Among the records, which lines include "through"? List them.

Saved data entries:
==========

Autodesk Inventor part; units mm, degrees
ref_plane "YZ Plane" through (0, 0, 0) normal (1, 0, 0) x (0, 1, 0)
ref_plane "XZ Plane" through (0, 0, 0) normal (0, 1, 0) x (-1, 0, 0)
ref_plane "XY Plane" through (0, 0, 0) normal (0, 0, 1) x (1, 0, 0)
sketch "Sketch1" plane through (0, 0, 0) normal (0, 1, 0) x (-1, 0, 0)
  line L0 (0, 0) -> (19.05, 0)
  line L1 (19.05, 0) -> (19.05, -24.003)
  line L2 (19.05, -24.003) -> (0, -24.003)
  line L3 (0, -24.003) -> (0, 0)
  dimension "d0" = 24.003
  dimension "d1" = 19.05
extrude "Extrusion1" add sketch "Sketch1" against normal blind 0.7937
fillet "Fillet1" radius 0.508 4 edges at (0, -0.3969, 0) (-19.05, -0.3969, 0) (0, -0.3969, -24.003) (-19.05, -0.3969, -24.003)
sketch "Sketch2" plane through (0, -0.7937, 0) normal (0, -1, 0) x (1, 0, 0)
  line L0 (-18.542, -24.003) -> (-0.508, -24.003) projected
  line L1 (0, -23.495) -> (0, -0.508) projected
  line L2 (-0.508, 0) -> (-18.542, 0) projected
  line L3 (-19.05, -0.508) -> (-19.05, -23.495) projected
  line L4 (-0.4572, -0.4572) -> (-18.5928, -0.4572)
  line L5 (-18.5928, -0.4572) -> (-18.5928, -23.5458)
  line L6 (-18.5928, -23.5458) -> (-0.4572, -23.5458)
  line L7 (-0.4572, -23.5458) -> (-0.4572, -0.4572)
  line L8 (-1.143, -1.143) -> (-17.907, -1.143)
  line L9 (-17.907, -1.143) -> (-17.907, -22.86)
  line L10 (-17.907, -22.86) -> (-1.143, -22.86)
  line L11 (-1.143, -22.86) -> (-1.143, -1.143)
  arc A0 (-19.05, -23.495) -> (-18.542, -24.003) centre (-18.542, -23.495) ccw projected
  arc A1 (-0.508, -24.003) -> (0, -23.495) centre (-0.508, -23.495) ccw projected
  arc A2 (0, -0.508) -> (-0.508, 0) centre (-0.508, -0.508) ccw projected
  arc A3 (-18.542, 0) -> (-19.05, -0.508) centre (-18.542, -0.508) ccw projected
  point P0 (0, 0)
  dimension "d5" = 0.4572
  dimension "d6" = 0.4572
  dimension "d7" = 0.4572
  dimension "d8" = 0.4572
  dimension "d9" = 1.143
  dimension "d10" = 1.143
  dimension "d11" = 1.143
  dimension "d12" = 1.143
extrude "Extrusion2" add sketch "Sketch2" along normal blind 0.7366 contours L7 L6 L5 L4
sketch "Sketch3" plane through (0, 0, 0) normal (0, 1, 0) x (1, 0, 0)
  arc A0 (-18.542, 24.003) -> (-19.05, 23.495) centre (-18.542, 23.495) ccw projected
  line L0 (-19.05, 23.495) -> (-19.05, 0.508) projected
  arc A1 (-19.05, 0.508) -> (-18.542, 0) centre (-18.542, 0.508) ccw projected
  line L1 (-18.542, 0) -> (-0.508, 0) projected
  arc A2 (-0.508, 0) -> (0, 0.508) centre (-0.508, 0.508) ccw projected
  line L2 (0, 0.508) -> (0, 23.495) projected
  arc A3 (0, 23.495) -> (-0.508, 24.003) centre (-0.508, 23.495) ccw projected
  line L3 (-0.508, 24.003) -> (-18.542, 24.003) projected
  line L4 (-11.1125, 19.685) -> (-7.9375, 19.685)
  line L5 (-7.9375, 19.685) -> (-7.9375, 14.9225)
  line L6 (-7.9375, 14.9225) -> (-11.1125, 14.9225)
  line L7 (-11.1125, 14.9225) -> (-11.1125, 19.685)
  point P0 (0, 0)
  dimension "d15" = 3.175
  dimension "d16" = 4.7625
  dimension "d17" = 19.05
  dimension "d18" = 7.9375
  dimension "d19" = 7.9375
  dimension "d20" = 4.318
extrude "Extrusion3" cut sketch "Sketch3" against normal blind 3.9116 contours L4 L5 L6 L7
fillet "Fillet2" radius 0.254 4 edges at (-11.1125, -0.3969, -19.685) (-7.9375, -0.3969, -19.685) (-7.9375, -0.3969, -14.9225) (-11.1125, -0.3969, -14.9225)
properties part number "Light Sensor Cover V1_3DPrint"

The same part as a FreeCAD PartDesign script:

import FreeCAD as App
import Part
import Sketcher

V = App.Vector
Q = App.Units.Quantity


def edges_at(feature, points):
    """Names of the edges that pass closest to the given points."""
    edges = feature.Shape.Edges
    near = lambda p: min(range(len(edges)), key=lambda i: edges[i].distToShape(Part.Vertex(*p))[0])
    return sorted({f"Edge{near(p) + 1}" for p in points})

doc = App.newDocument("Part")
body = doc.addObject("PartDesign::Body", "Body")

# Sketch on XZ plane
sketch1 = body.newObject("Sketcher::SketchObject", "Sketch")
sketch1.AttachmentSupport = (doc.getObject("XZ_Plane"), [""])
sketch1.MapMode = "FlatFace"
sketch1.addGeometry([
    Part.LineSegment(V(-19, 0, 0), V(0, 0, 0)),
    Part.LineSegment(V(0, 0, 0), V(0, -24, 0)),
    Part.LineSegment(V(0, -24, 0), V(-19, -24, 0)),
    Part.LineSegment(V(-19, -24, 0), V(-19, 0, 0)),
], False)
sketch1.addConstraint([
    Sketcher.Constraint("Coincident", 0, 2, 1, 1),
    Sketcher.Constraint("Coincident", 1, 2, 2, 1),
    Sketcher.Constraint("Coincident", 2, 2, 3, 1),
    Sketcher.Constraint("Coincident", 3, 2, 0, 1),
    Sketcher.Constraint("Horizontal", 0),
    Sketcher.Constraint("Vertical", 1),
    Sketcher.Constraint("Horizontal", 2),
    Sketcher.Constraint("Vertical", 3),
    Sketcher.Constraint("Coincident", 0, 2, -1, 1),
    Sketcher.Constraint("DistanceX", 0, 1, 0, 2, Q("0.75 in")),
    Sketcher.Constraint("DistanceY", 1, 2, 1, 1, Q("0.945 in")),
])
pad1 = body.newObject("PartDesign::Pad", "Pad")
pad1.Profile = sketch1
pad1.Length = Q("0.031248 in")
doc.recompute()

fillet = body.newObject("PartDesign::Fillet", "Fillet")
fillet.Base = (pad1, edges_at(pad1, [
    (0, -0.397, 0),
    (-19.05, -0.397, 0),
    (0, -0.397, -24.003),
    (-19.05, -0.397, -24.003),
]))
fillet.Radius = Q("0.02 in")

# Sketch on XZ plane
sketch2 = body.newObject("Sketcher::SketchObject", "Sketch001")
sketch2.AttachmentSupport = (doc.getObject("XZ_Plane"), [""])
sketch2.MapMode = "FlatFace"
sketch2.AttachmentOffset = App.Placement(V(0, 0, 0.031248 * 25.4), App.Rotation())
sketch2.addGeometry([
    Part.LineSegment(V(0, -24, 0), V(0, 0, 0)),  # 0
    Part.LineSegment(V(0, 0, 0), V(-19, 0, 0)),  # 1
    Part.LineSegment(V(-19, 0, 0), V(-19, -24, 0)),  # 2
    Part.LineSegment(V(-19, -24, 0), V(0, -24, 0)),  # 3
    Part.LineSegment(V(-18, -1, 0), V(-1, -1, 0)),  # 4
    Part.LineSegment(V(-1, -1, 0), V(-1, -23, 0)),  # 5
    Part.LineSegment(V(-1, -23, 0), V(-18, -23, 0)),  # 6
    Part.LineSegment(V(-18, -23, 0), V(-18, -1, 0)),  # 7
], False)
sketch2.addConstraint([
    Sketcher.Constraint("Coincident", 0, 2, 1, 1),
    Sketcher.Constraint("Coincident", 1, 2, 2, 1),
    Sketcher.Constraint("Coincident", 2, 2, 3, 1),
    Sketcher.Constraint("Coincident", 3, 2, 0, 1),
    Sketcher.Constraint("Coincident", 4, 2, 5, 1),
    Sketcher.Constraint("Coincident", 5, 2, 6, 1),
    Sketcher.Constraint("Coincident", 6, 2, 7, 1),
    Sketcher.Constraint("Coincident", 7, 2, 4, 1),
    Sketcher.Constraint("Vertical", 0),
    Sketcher.Constraint("Horizontal", 1),
    Sketcher.Constraint("Vertical", 2),
    Sketcher.Constraint("Horizontal", 3),
    Sketcher.Constraint("Horizontal", 4),
    Sketcher.Constraint("Vertical", 5),
    Sketcher.Constraint("Horizontal", 6),
    Sketcher.Constraint("Vertical", 7),
    Sketcher.Constraint("DistanceX", 0, 2, -1, 1, Q("0.018 in")),
    Sketcher.Constraint("DistanceY", 0, 2, -1, 1, Q("0.018 in")),
    Sketcher.Constraint("DistanceX", 4, 2, -1, 1, Q("0.045 in")),
    Sketcher.Constraint("DistanceY", 4, 2, -1, 1, Q("0.045 in")),
    Sketcher.Constraint("DistanceX", 4, 1, 4, 2, Q("0.66 in")),
    Sketcher.Constraint("DistanceY", 5, 2, -1, 1, Q("0.9 in")),
    Sketcher.Constraint("DistanceX", 1, 2, 1, 1, Q("0.714 in")),
    Sketcher.Constraint("DistanceY", 0, 1, 0, 2, Q("0.909 in")),
])
pad2 = body.newObject("PartDesign::Pad", "Pad001")
pad2.Profile = sketch2
pad2.Length = Q("0.029 in")

# Sketch on XZ plane
sketch3 = body.newObject("Sketcher::SketchObject", "Sketch002")
sketch3.AttachmentSupport = (doc.getObject("XZ_Plane"), [""])
sketch3.MapMode = "FlatFace"
sketch3.addGeometry([
    Part.LineSegment(V(-7.9, -19.7, 0), V(-11.1, -19.7, 0)),
    Part.LineSegment(V(-11.1, -19.7, 0), V(-11.1, -14.9, 0)),
    Part.LineSegment(V(-11.1, -14.9, 0), V(-7.9, -14.9, 0)),
    Part.LineSegment(V(-7.9, -14.9, 0), V(-7.9, -19.7, 0)),
], False)
sketch3.addConstraint([
    Sketcher.Constraint("Coincident", 0, 2, 1, 1),
    Sketcher.Constraint("Coincident", 1, 2, 2, 1),
    Sketcher.Constraint("Coincident", 2, 2, 3, 1),
    Sketcher.Constraint("Coincident", 3, 2, 0, 1),
    Sketcher.Constraint("Horizontal", 0),
    Sketcher.Constraint("Vertical", 1),
    Sketcher.Constraint("Horizontal", 2),
    Sketcher.Constraint("Vertical", 3),
    Sketcher.Constraint("DistanceX", 0, 2, 0, 1, Q("0.125 in")),
    Sketcher.Constraint("DistanceY", 1, 1, 1, 2, Q("0.1875 in")),
    Sketcher.Constraint("DistanceX", 2, 2, -1, 1, Q("0.3125 in")),
    Sketcher.Constraint("DistanceY", 0, 2, -1, 1, Q("0.775 in")),
])
pocket1 = body.newObject("PartDesign::Pocket", "Pocket")
pocket1.Profile = sketch3
pocket1.Length = Q("0.154 in")
pocket1.Reversed = True
doc.recompute()

fillet2 = body.newObject("PartDesign::Fillet", "Fillet001")
fillet2.Base = (pocket1, edges_at(pocket1, [
    (-11.113, -0.397, -19.685),
    (-7.938, -0.397, -19.685),
    (-7.938, -0.397, -14.922),
    (-11.113, -0.397, -14.922),
]))
fillet2.Radius = Q("0.01 in")

doc.recompute()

==========

Expected output
ref_plane "YZ Plane" through (0, 0, 0) normal (1, 0, 0) x (0, 1, 0)
ref_plane "XZ Plane" through (0, 0, 0) normal (0, 1, 0) x (-1, 0, 0)
ref_plane "XY Plane" through (0, 0, 0) normal (0, 0, 1) x (1, 0, 0)
sketch "Sketch1" plane through (0, 0, 0) normal (0, 1, 0) x (-1, 0, 0)
sketch "Sketch2" plane through (0, -0.7937, 0) normal (0, -1, 0) x (1, 0, 0)
sketch "Sketch3" plane through (0, 0, 0) normal (0, 1, 0) x (1, 0, 0)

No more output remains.